Work instruction:
Output only the lines below from the one containing "f 129 109 128" to the one containing "f 79 154 156", exactly as written, both ends kept.

Data for this exercise:
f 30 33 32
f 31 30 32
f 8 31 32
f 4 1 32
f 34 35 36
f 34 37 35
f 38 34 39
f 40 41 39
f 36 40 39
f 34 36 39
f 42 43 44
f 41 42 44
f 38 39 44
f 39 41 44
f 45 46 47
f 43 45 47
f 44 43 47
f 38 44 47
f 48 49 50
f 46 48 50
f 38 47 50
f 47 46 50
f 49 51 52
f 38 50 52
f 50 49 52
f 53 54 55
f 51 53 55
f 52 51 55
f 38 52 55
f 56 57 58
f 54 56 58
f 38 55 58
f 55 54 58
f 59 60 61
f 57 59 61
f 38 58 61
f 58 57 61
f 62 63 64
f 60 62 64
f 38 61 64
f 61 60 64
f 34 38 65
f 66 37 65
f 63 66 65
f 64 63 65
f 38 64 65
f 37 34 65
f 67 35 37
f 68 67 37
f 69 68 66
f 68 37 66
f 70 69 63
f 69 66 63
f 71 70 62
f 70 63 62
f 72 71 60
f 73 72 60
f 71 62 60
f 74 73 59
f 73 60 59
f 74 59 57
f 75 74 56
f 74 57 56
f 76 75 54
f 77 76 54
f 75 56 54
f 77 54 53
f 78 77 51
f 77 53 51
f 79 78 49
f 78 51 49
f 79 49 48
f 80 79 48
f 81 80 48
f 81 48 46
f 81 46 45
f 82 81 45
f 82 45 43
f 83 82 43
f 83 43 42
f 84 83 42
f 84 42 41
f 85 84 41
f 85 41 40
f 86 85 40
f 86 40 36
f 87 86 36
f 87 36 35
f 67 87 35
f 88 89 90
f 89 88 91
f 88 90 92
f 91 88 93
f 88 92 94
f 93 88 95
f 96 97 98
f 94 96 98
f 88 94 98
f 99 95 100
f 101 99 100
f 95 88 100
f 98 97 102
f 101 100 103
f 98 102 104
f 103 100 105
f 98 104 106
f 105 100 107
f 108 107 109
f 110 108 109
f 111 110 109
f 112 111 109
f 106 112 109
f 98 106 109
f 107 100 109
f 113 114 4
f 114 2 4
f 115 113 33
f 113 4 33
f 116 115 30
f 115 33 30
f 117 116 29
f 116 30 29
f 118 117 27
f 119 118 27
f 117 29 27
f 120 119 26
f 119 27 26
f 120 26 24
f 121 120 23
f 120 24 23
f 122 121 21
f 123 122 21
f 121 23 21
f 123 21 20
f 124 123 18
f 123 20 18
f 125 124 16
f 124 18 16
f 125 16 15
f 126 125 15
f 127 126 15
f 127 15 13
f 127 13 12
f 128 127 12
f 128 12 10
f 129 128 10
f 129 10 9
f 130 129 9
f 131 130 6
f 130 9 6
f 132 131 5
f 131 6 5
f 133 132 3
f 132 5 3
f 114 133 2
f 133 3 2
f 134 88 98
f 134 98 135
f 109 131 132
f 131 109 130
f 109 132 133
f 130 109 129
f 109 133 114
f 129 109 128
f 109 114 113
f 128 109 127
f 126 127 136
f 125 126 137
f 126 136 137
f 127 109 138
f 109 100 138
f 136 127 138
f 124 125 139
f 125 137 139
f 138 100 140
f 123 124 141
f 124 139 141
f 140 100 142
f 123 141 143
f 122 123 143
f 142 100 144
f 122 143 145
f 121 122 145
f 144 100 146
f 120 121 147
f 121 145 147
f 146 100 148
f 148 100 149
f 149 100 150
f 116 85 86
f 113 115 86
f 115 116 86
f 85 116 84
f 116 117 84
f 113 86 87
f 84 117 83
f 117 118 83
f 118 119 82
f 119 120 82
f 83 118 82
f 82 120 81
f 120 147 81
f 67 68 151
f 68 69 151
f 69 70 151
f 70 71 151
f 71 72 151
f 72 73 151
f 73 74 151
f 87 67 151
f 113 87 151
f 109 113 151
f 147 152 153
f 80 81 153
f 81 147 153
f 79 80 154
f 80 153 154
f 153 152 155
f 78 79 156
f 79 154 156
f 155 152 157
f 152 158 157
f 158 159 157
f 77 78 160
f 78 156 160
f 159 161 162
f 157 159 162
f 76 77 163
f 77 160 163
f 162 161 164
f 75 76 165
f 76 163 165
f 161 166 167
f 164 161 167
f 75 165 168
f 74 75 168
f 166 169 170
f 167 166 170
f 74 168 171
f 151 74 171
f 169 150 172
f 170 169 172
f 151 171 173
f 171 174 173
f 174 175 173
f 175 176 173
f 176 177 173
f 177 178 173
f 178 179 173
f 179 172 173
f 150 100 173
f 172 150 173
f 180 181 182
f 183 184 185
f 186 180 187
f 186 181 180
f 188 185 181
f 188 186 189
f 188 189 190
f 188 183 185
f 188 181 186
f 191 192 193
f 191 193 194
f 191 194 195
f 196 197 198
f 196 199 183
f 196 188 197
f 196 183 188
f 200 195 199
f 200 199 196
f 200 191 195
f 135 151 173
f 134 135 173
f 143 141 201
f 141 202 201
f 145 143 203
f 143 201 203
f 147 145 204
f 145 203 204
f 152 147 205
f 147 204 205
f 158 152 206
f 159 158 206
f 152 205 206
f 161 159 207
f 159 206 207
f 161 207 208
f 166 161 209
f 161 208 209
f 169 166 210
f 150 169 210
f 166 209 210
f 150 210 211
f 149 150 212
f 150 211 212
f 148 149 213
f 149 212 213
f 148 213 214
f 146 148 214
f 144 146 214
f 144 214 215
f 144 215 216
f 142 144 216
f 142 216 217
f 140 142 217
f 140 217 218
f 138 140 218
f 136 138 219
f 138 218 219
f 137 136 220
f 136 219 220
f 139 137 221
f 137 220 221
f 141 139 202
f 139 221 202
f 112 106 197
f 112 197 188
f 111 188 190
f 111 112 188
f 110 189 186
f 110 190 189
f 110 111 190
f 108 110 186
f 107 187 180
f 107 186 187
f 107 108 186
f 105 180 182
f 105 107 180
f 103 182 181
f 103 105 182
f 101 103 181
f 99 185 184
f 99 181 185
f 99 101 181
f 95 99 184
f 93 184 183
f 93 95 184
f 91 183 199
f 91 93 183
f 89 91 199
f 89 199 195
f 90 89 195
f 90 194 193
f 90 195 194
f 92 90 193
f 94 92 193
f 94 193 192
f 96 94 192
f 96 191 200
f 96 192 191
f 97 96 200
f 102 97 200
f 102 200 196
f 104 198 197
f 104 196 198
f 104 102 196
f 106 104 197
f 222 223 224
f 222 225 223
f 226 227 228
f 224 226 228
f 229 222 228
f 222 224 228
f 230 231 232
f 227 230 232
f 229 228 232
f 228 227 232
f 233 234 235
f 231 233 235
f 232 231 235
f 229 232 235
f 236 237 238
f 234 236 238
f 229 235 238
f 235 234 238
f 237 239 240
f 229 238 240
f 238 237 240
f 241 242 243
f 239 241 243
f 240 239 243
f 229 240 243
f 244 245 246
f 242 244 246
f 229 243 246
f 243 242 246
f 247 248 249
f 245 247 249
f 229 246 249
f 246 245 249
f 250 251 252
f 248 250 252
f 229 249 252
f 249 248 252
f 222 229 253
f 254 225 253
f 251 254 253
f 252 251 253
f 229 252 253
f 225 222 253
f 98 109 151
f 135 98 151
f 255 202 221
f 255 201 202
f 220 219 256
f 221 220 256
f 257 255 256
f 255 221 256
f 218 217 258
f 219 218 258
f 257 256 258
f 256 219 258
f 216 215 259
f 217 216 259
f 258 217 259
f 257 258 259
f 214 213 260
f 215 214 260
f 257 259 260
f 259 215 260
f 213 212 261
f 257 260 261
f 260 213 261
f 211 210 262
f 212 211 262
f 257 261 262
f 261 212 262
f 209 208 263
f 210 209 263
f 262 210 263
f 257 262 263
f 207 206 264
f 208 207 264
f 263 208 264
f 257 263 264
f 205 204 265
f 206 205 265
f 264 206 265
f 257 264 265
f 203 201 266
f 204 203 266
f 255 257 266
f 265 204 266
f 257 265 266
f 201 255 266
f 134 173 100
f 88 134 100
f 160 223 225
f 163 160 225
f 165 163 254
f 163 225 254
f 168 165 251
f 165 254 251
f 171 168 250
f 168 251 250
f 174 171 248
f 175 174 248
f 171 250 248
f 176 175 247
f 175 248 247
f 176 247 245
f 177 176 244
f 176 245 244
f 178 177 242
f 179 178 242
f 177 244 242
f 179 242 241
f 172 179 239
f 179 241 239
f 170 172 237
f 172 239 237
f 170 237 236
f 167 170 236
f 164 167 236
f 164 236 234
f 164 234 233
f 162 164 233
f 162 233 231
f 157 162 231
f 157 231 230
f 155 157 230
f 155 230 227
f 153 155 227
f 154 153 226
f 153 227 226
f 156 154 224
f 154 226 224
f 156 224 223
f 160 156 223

Solution to the problem:
f 129 109 128
f 109 114 113
f 128 109 127
f 126 127 136
f 125 126 137
f 126 136 137
f 127 109 138
f 109 100 138
f 136 127 138
f 124 125 139
f 125 137 139
f 138 100 140
f 123 124 141
f 124 139 141
f 140 100 142
f 123 141 143
f 122 123 143
f 142 100 144
f 122 143 145
f 121 122 145
f 144 100 146
f 120 121 147
f 121 145 147
f 146 100 148
f 148 100 149
f 149 100 150
f 116 85 86
f 113 115 86
f 115 116 86
f 85 116 84
f 116 117 84
f 113 86 87
f 84 117 83
f 117 118 83
f 118 119 82
f 119 120 82
f 83 118 82
f 82 120 81
f 120 147 81
f 67 68 151
f 68 69 151
f 69 70 151
f 70 71 151
f 71 72 151
f 72 73 151
f 73 74 151
f 87 67 151
f 113 87 151
f 109 113 151
f 147 152 153
f 80 81 153
f 81 147 153
f 79 80 154
f 80 153 154
f 153 152 155
f 78 79 156
f 79 154 156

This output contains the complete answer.